A partir de uma cosmovisão cristã embasada na doutrina da criação é possível entender, segundo John Stott, que a sentença “Pregarás o Evangelho” não substitui a “Amarás o teu próximo”.11Ambas as sentenças se complementam e sustentam-se por si mesmas, denotando suas autonomias teológicas para fazer cumprir a “doutrina” sistematizada em dois pilares por Jesus de Nazaré: o primeiro “Amarás o Senhor teu Deus, de todo o teu coração, de toda a tua alma e de todo o teu entendimento.” E o segundo “Amarás o teu próximo como a ti mesmo”. A Missão Integral da Igreja Cristã permeará esses dois eixos apontando que o homem precisa de salvação para o porvir (restauração da comunhão do homem com o Deus eterno), mas também de redenção para o presente. O ser humano inserido num contexto de pobreza, miséria, exploração e injustiças sociais, precisa ser compreendido pela Igreja numa perspectiva global. Onde ele entenda a sua função de existir para Deus e servir o próximo necessitado (Mc 12.30,31).

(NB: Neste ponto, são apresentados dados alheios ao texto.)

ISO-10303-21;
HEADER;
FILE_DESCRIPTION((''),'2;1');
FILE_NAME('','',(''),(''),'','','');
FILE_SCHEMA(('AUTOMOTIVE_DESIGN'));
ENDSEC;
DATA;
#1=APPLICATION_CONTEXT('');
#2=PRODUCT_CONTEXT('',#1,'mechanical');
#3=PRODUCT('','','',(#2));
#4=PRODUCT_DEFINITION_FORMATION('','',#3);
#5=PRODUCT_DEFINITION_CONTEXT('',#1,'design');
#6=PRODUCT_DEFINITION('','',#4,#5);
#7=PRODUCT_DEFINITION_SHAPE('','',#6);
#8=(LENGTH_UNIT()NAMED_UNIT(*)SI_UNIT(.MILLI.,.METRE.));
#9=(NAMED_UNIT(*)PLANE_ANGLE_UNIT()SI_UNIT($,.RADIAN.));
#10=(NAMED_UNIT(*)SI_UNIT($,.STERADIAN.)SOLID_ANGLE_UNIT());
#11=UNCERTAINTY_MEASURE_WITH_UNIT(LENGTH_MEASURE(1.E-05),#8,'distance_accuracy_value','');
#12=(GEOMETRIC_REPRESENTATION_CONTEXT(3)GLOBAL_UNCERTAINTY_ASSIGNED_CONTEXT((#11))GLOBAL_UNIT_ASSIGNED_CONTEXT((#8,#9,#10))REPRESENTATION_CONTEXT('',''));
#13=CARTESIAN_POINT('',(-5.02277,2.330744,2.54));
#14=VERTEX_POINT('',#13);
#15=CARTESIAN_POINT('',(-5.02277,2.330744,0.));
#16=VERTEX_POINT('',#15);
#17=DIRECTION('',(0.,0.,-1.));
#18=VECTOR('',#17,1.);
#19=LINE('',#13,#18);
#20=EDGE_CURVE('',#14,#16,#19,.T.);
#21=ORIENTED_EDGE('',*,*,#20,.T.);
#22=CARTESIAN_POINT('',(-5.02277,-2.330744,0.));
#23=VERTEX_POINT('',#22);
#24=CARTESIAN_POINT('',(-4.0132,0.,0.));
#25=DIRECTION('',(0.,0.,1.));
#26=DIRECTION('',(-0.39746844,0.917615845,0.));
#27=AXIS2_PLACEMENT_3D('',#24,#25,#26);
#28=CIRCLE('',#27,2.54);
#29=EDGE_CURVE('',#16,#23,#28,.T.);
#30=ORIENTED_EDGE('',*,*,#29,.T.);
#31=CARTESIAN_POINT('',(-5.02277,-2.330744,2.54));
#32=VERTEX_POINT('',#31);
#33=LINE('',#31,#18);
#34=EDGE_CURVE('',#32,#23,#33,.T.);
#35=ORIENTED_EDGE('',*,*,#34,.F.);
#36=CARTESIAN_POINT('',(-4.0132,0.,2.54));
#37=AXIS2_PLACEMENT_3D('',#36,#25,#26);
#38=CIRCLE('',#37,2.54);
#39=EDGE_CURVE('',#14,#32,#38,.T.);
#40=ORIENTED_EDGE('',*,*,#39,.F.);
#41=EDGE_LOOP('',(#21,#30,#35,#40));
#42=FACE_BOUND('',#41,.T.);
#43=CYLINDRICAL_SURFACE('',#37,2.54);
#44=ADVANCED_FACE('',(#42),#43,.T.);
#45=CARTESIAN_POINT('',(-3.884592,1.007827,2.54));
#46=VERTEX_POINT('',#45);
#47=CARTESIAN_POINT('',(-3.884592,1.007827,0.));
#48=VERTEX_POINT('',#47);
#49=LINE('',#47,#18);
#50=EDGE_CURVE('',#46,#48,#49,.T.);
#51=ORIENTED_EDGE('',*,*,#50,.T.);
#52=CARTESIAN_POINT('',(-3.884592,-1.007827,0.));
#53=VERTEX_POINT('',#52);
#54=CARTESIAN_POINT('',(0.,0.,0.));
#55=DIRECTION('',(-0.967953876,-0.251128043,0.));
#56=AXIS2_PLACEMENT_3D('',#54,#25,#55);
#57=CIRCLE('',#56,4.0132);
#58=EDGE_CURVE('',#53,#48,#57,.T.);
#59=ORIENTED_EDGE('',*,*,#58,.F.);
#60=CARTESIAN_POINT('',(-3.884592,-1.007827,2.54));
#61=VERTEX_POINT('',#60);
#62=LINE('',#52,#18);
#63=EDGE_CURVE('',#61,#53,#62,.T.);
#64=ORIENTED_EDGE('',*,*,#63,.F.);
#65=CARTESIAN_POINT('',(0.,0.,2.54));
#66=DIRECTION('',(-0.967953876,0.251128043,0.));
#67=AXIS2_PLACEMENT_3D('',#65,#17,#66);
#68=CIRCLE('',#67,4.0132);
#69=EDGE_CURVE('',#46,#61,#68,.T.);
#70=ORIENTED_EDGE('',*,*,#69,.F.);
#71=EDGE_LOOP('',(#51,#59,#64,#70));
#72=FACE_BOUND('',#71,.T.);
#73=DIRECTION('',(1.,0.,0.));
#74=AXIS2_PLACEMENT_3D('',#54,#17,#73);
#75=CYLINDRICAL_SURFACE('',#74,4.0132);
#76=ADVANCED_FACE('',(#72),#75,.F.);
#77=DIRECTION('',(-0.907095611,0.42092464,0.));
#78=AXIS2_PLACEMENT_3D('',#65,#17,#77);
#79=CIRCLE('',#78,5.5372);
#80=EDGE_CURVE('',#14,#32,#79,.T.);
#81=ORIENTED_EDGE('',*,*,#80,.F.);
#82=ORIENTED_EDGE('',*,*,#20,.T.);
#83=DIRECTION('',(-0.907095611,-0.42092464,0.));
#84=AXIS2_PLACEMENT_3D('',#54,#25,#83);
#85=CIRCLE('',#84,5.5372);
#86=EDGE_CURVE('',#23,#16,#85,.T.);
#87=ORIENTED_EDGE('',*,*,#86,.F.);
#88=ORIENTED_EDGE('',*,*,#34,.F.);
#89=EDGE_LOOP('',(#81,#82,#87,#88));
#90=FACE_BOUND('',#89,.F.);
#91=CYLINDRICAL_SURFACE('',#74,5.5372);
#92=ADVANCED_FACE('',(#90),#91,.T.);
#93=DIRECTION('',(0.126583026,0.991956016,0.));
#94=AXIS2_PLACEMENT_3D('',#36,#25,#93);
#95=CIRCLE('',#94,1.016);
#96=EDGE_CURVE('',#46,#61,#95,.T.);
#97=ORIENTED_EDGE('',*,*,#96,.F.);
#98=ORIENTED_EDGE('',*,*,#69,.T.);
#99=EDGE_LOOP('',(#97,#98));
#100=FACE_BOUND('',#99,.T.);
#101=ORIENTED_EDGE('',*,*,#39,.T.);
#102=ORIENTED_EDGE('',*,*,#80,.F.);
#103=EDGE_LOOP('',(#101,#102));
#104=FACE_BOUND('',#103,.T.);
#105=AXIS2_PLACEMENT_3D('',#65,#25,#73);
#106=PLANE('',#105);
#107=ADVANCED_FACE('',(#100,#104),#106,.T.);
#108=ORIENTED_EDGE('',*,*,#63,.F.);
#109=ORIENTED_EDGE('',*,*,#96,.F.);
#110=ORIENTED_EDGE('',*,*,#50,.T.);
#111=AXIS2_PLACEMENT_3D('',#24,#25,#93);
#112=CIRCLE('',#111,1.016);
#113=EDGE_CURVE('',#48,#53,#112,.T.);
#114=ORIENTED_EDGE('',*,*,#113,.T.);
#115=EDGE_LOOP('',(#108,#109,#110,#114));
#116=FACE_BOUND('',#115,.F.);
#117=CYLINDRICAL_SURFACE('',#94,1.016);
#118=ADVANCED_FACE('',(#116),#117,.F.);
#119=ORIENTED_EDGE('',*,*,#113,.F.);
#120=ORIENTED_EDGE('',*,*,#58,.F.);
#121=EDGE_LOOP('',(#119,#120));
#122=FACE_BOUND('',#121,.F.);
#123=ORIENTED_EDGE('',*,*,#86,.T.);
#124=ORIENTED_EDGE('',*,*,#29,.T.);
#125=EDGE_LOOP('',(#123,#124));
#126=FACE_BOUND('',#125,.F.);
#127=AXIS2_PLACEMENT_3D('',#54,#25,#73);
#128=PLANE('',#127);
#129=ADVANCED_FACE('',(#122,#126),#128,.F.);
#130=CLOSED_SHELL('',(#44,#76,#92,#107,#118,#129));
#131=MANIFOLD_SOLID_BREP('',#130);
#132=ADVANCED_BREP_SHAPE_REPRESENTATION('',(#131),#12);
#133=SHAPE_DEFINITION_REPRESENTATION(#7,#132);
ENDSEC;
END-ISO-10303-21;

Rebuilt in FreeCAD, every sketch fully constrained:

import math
import FreeCAD as App
import Part
import Sketcher

V = App.Vector
Q = App.Units.Quantity

doc = App.newDocument("Part")
body = doc.addObject("PartDesign::Body", "Body")

# Sketch on XY plane
sketch1 = doc.addObject("Sketcher::SketchObject", "Sketch")
body.addObject(sketch1)
sketch1.AttachmentSupport = (doc.XY_Plane, [""])
sketch1.MapMode = "FlatFace"
sketch1.addGeometry(Part.Circle(V(0, 0, 0), V(0, 0, 1), 5.5), False)
sketch1.addGeometry(Part.Circle(V(0, 0, 0), V(0, 0, 1), 4), False)
sketch1.addConstraint(Sketcher.Constraint("Coincident", 0, 3, -1, 1))
sketch1.addConstraint(Sketcher.Constraint("Coincident", 1, 3, -1, 1))
sketch1.addConstraint(Sketcher.Constraint("Diameter", 0, Q("0.436 in")))
sketch1.addConstraint(Sketcher.Constraint("Diameter", 1, Q("0.316 in")))
pad1 = doc.addObject("PartDesign::Pad", "Pad")
body.addObject(pad1)
pad1.Profile = sketch1
pad1.Length = Q("0.1 in")

# Sketch on XY plane
sketch2 = doc.addObject("Sketcher::SketchObject", "Sketch001")
body.addObject(sketch2)
sketch2.AttachmentSupport = (doc.XY_Plane, [""])
sketch2.MapMode = "FlatFace"
sketch2.AttachmentOffset = App.Placement(V(0, 0, 0.1 * 25.4), App.Rotation())
sketch2.addGeometry(Part.ArcOfCircle(Part.Circle(V(0, 0, 0), V(0, 0, 1), 4), math.radians(165), math.radians(195)), False)
sketch2.addGeometry(Part.ArcOfCircle(Part.Circle(V(-4, 0, 0), V(0, 0, 1), 1), math.radians(83), math.radians(277)), False)
sketch2.addConstraint(Sketcher.Constraint("Coincident", 0, 1, 1, 1))
sketch2.addConstraint(Sketcher.Constraint("Coincident", 1, 2, 0, 2))
sketch2.addConstraint(Sketcher.Constraint("Symmetric", 0, 1, 1, 2, -1))
sketch2.addConstraint(Sketcher.Constraint("Radius", 1, Q("0.04 in")))
sketch2.addConstraint(Sketcher.Constraint("DistanceX", 1, 3, -1, 1, Q("0.158 in")))
sketch2.addConstraint(Sketcher.Constraint("Radius", 0, Q("4.013185 mm")))
sketch2.addConstraint(Sketcher.Constraint("DistanceX", 0, 1, -1, 1, Q("3.884592 mm")))
pocket1 = doc.addObject("PartDesign::Pocket", "Pocket")
body.addObject(pocket1)
pocket1.Profile = sketch2
pocket1.Type = "ThroughAll"

# Sketch on XY plane
sketch3 = doc.addObject("Sketcher::SketchObject", "Sketch002")
body.addObject(sketch3)
sketch3.AttachmentSupport = (doc.XY_Plane, [""])
sketch3.MapMode = "FlatFace"
sketch3.AttachmentOffset = App.Placement(V(0, 0, 0.1 * 25.4), App.Rotation())
sketch3.addGeometry(Part.ArcOfCircle(Part.Circle(V(0, 0, 0), V(0, 0, 1), 5.5), math.radians(155), math.radians(205)), False)
sketch3.addGeometry(Part.ArcOfCircle(Part.Circle(V(-4, 0, 0), V(0, 0, 1), 2.5), math.radians(113), math.radians(247)), False)
sketch3.addConstraint(Sketcher.Constraint("Coincident", 0, 1, 1, 1))
sketch3.addConstraint(Sketcher.Constraint("Coincident", 1, 2, 0, 2))
sketch3.addConstraint(Sketcher.Constraint("Coincident", 0, 3, -1, 1))
sketch3.addConstraint(Sketcher.Constraint("PointOnObject", 1, 3, -1))
sketch3.addConstraint(Sketcher.Constraint("Radius", 1, Q("0.1 in")))
sketch3.addConstraint(Sketcher.Constraint("Radius", 0, Q("0.2180001 in")))
sketch3.addConstraint(Sketcher.Constraint("DistanceX", 1, 3, -1, 1, Q("0.158 in")))
pad2 = doc.addObject("PartDesign::Pad", "Pad001")
body.addObject(pad2)
pad2.Profile = sketch3
pad2.Length = Q("0.1 in")
pad2.Reversed = True

doc.recompute()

Essa é a mensagem que denota “o nosso valor e dignidade [...] fundamentados no fato de que somos criados à imagem de Deus, chamados para sermos seus representantes na terra”.12 Numa perspectiva profundamente bíblica, a Missão Integral da Igreja resgata a dignidade humana perdida no Éden após a Queda, mas estabelecida pelo Altíssimo desde a fundação do mundo (Gn 1.26). A salvação em Cristo recupera a imagem de Deus em nós. Então, estamos prontos para exercer o modelo bíblico de uma Missão Integral no mundo. 

NOTAS

1 “Cosmovisão é um conjunto de crenças e práticas que moldam o envolvimento da pessoa nos assuntos mais importantes da vida”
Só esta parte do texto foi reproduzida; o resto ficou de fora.